I just need some help hence why I can't show any working, I just am not sure where to begin....
Perhaps taking a step backwards . . .
Suppose you have a MODEL for a process, but you can't predict the coefficients of the model. For instance, you believe \(\displaystyle y\) should be proportional to A, but with a correction proportional to A^2, and another term depending on Z. Your model is
\(\displaystyle y = \beta_1 \times A + \beta_2 \times A^2 + \beta_3 \times Z\)

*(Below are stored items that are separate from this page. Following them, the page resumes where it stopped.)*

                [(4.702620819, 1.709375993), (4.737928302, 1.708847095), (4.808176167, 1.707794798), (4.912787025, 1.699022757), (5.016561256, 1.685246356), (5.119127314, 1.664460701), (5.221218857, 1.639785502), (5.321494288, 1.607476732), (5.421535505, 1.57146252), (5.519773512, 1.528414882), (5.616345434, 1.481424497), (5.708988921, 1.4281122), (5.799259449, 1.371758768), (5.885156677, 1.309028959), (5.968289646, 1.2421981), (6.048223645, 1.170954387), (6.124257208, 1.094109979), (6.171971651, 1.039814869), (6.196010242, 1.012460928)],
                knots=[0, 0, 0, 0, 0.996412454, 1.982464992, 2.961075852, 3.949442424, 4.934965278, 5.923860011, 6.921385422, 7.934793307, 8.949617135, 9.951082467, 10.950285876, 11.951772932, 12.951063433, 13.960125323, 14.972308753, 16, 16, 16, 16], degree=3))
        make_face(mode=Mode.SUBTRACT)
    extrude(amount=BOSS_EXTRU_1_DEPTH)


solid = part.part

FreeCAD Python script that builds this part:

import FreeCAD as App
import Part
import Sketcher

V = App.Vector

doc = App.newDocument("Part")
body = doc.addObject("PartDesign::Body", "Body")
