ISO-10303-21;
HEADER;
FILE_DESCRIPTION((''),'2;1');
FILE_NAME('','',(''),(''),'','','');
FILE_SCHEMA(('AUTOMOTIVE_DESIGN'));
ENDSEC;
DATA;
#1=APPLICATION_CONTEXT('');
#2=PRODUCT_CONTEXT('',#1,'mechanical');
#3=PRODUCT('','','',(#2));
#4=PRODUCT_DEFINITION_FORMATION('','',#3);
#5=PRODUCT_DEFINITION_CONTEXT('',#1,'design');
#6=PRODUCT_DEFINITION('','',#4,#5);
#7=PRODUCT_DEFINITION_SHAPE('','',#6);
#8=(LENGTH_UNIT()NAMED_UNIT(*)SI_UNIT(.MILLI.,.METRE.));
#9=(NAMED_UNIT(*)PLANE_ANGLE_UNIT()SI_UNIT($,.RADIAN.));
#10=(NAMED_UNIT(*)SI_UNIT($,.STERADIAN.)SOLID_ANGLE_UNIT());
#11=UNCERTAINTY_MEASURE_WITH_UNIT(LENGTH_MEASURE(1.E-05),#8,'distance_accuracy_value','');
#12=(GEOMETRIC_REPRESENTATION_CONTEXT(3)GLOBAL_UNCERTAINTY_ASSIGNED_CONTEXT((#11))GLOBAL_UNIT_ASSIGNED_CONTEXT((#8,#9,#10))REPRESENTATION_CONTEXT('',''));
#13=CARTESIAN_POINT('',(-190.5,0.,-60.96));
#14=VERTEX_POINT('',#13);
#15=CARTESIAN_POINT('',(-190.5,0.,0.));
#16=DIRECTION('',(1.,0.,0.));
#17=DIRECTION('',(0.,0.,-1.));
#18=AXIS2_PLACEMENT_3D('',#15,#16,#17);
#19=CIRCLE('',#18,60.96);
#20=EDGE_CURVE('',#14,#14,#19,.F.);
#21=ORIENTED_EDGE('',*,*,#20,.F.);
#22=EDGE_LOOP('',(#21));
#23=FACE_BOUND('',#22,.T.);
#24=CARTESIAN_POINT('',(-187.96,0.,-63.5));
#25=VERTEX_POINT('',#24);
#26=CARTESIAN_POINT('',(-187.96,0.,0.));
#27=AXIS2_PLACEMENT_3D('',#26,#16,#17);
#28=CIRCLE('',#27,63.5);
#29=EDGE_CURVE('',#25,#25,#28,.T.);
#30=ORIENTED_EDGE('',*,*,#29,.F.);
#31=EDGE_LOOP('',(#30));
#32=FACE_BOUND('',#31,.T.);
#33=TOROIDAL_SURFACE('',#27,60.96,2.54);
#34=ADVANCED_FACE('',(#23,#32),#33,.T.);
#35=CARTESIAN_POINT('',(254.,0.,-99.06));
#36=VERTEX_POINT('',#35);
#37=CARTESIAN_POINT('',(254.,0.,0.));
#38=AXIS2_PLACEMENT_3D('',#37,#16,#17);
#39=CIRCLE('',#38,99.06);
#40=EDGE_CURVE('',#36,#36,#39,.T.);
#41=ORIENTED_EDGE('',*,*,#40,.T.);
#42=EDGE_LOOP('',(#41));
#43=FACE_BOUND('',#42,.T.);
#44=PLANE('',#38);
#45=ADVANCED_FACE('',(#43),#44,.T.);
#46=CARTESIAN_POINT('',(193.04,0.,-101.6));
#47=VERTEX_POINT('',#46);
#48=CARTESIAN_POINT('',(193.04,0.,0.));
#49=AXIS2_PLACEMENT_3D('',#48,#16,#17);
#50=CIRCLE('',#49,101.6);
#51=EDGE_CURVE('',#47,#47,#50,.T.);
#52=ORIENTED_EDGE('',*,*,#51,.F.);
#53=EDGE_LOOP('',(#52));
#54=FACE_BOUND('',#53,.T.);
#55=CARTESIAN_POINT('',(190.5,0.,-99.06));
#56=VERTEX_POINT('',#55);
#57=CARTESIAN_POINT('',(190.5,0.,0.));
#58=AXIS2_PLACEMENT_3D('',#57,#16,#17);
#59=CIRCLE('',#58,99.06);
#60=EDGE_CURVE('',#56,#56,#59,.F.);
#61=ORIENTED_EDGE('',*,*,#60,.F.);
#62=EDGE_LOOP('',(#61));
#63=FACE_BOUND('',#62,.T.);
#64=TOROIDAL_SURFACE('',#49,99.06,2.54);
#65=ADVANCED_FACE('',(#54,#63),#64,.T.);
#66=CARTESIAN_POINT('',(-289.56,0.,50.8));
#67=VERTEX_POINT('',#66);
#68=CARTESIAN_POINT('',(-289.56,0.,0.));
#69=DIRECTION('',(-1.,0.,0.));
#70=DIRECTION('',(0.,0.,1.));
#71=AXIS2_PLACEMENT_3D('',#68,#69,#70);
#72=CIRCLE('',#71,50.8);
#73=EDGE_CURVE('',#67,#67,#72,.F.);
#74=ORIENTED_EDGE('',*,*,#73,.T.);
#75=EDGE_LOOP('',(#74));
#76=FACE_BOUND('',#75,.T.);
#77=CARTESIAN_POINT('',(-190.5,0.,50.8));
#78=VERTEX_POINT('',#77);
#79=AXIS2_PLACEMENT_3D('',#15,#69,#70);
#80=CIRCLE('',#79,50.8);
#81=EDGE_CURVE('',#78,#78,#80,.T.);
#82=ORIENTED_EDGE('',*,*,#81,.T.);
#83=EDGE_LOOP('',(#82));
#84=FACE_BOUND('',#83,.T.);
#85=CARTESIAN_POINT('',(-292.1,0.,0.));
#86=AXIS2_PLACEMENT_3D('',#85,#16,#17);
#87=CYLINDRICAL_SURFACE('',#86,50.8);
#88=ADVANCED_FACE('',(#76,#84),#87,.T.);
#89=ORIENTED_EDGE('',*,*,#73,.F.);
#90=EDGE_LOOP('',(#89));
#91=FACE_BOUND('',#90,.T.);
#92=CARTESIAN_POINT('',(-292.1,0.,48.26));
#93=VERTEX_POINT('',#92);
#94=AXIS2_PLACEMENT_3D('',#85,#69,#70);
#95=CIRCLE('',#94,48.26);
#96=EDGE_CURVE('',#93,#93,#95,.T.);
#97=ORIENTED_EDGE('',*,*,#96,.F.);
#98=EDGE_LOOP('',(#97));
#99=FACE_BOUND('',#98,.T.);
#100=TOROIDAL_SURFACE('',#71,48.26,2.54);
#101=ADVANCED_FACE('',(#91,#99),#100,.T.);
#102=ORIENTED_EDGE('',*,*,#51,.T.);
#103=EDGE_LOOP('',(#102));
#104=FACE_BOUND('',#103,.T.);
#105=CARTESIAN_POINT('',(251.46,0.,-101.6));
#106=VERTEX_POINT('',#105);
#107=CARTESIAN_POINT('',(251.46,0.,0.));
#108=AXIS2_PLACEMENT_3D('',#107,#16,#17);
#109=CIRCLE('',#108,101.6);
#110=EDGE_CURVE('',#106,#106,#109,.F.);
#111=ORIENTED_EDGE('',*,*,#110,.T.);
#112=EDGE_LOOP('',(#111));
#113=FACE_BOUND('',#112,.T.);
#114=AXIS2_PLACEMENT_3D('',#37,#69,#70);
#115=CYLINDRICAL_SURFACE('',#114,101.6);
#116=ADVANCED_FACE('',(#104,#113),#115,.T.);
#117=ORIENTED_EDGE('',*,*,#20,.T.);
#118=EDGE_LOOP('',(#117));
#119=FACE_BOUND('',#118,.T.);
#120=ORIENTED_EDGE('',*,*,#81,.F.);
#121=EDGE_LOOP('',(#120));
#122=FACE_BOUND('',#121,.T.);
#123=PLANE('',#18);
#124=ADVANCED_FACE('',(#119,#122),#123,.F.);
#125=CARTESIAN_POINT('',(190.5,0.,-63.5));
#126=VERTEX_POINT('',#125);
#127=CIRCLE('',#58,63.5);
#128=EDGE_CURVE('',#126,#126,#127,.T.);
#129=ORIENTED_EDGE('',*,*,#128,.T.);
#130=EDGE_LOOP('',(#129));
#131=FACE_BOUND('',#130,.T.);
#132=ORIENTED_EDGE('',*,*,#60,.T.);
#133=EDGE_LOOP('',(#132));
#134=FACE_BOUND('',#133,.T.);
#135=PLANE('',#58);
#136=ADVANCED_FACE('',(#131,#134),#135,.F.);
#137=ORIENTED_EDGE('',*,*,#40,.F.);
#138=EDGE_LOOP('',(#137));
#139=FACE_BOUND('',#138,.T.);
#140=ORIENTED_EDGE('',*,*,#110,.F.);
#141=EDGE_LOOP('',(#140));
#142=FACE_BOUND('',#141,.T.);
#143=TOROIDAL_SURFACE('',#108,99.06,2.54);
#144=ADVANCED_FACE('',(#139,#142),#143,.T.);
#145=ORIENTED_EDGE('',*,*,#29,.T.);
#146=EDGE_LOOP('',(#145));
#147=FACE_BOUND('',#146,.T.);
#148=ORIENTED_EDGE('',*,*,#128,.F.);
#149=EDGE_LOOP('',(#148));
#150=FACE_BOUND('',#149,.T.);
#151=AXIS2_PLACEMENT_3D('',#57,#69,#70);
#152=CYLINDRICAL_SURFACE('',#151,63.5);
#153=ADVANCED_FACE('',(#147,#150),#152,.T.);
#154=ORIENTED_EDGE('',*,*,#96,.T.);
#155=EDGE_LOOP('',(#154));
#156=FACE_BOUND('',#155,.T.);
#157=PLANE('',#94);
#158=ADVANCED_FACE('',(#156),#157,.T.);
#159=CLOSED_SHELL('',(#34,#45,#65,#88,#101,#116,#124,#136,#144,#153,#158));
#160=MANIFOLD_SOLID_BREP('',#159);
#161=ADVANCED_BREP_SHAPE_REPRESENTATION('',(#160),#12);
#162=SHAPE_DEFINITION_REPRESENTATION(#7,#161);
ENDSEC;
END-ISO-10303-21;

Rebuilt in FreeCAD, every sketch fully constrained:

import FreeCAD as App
import Part
import Sketcher

V = App.Vector
Q = App.Units.Quantity


def edges_at(feature, points):
    """Names of the edges that pass closest to the given points."""
    edges = feature.Shape.Edges
    near = lambda p: min(range(len(edges)), key=lambda i: edges[i].distToShape(Part.Vertex(*p))[0])
    return sorted({f"Edge{near(p) + 1}" for p in points})

doc = App.newDocument("Part")
body = doc.addObject("PartDesign::Body", "Body")

sketch1 = body.newObject("Sketcher::SketchObject", "Sketch")
sketch1.AttachmentSupport = (doc.getObject("YZ_Plane"), [""])
sketch1.MapMode = "FlatFace"
sketch1.addGeometry(Part.Circle(V(0, 0, 0), V(0, 0, 1), 63.5), False)
sketch1.addConstraint([
    Sketcher.Constraint("Coincident", 0, 3, -1, 1),
    Sketcher.Constraint("Diameter", 0, Q("5 in")),
])
pad1 = body.newObject("PartDesign::Pad", "Pad")
pad1.Profile = sketch1
pad1.Length = Q("15 in")
pad1.Midplane = True

sketch2 = body.newObject("Sketcher::SketchObject", "Sketch001")
sketch2.AttachmentSupport = (doc.getObject("YZ_Plane"), [""])
sketch2.MapMode = "FlatFace"
sketch2.AttachmentOffset = App.Placement(V(0, 0, -7.5 * 25.4), App.Rotation())
sketch2.addGeometry(Part.Circle(V(0, 0, 0), V(0, 0, 1), 50.8), False)
sketch2.addConstraint([
    Sketcher.Constraint("Coincident", 0, 3, -1, 1),
    Sketcher.Constraint("Diameter", 0, Q("4 in")),
])
pad2 = body.newObject("PartDesign::Pad", "Pad001")
pad2.Profile = sketch2
pad2.Length = Q("4 in")
pad2.Reversed = True

sketch3 = body.newObject("Sketcher::SketchObject", "Sketch002")
sketch3.AttachmentSupport = (doc.getObject("YZ_Plane"), [""])
sketch3.MapMode = "FlatFace"
sketch3.AttachmentOffset = App.Placement(V(0, 0, 7.5 * 25.4), App.Rotation())
sketch3.addGeometry(Part.Circle(V(0, 0, 0), V(0, 0, 1), 101.6), False)
sketch3.addConstraint([
    Sketcher.Constraint("Coincident", 0, 3, -1, 1),
    Sketcher.Constraint("Diameter", 0, Q("8 in")),
])
pad3 = body.newObject("PartDesign::Pad", "Pad002")
pad3.Profile = sketch3
pad3.Length = Q("2.5 in")
doc.recompute()

fillet = body.newObject("PartDesign::Fillet", "Fillet")
fillet.Base = (pad3, edges_at(pad3, [(254, 0, 101.6), (190.5, 0, 101.6)]))
fillet.Radius = Q("0.1 in")
doc.recompute()

fillet2 = body.newObject("PartDesign::Fillet", "Fillet001")
fillet2.Base = (fillet, edges_at(fillet, [(-190.5, 0, 63.5), (-292.1, 0, -50.8)]))
fillet2.Radius = Q("0.1 in")

doc.recompute()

So you set up an experiment to measure y for as wide a range of the parameters (A,Z) as you can manage. Note that A and Z are either controlled, or are found as part of the measurement. In either case they are known "perfectly" without any uncertainty. All of the uncertainty of each measurement is associated with \(\displaystyle y\), and is usually expressed as a standard deviation, \(\displaystyle u\).
1st measurement: \(\displaystyle y_1 = \beta_1 A_1 + \beta_2 A_1^2 + \beta_3 Z_1 + u_1\)
2nd
....................\(\displaystyle y_2 = \beta_1 A_2 + \beta_2 A_2^2 + \beta_3 Z_2 + u_2\)
. . .
jth
......................\(\displaystyle y_j = \beta_1 A_j + \beta_2 A_j^2 + \beta_3 Z_j + u_j\)
The next task is to find a set of coefficients \(\displaystyle (\beta_1\ \beta_2\ \beta_3)\) that make a "best fit" of the model to the data. One of the most frequently used procedures is "ordinary least squares," in which the sum of the squares of the differences between the measured and predicted values of \(\displaystyle y\) is minimized. ["Ordinary" means the uncertainties \(\displaystyle u\) are not propagated - my own preference is to do a "weighted" least squares with each datum weighted as \(\displaystyle 1/u_j^2\).]
Let
.........\(\displaystyle \displaystyle S = \sum_{j=1}^N (y_j - \hat y)^2 = \sum_{j=1}^N(y_j - \beta_1 A_j - \beta_2 A_j^2 - \beta_3 Z_j )^2\)
then set
..\(\displaystyle \dfrac{\partial S}{\partial \beta_i} = 0\ \ \ \text{ for }i = 1 \text{ to }k\)
which is now a set of \(\displaystyle k\) equations in \(\displaystyle k\) unknowns. The questions you are being asked have to do with the properties of this system of equations.
Does it help to start with a somewhat more explicit model?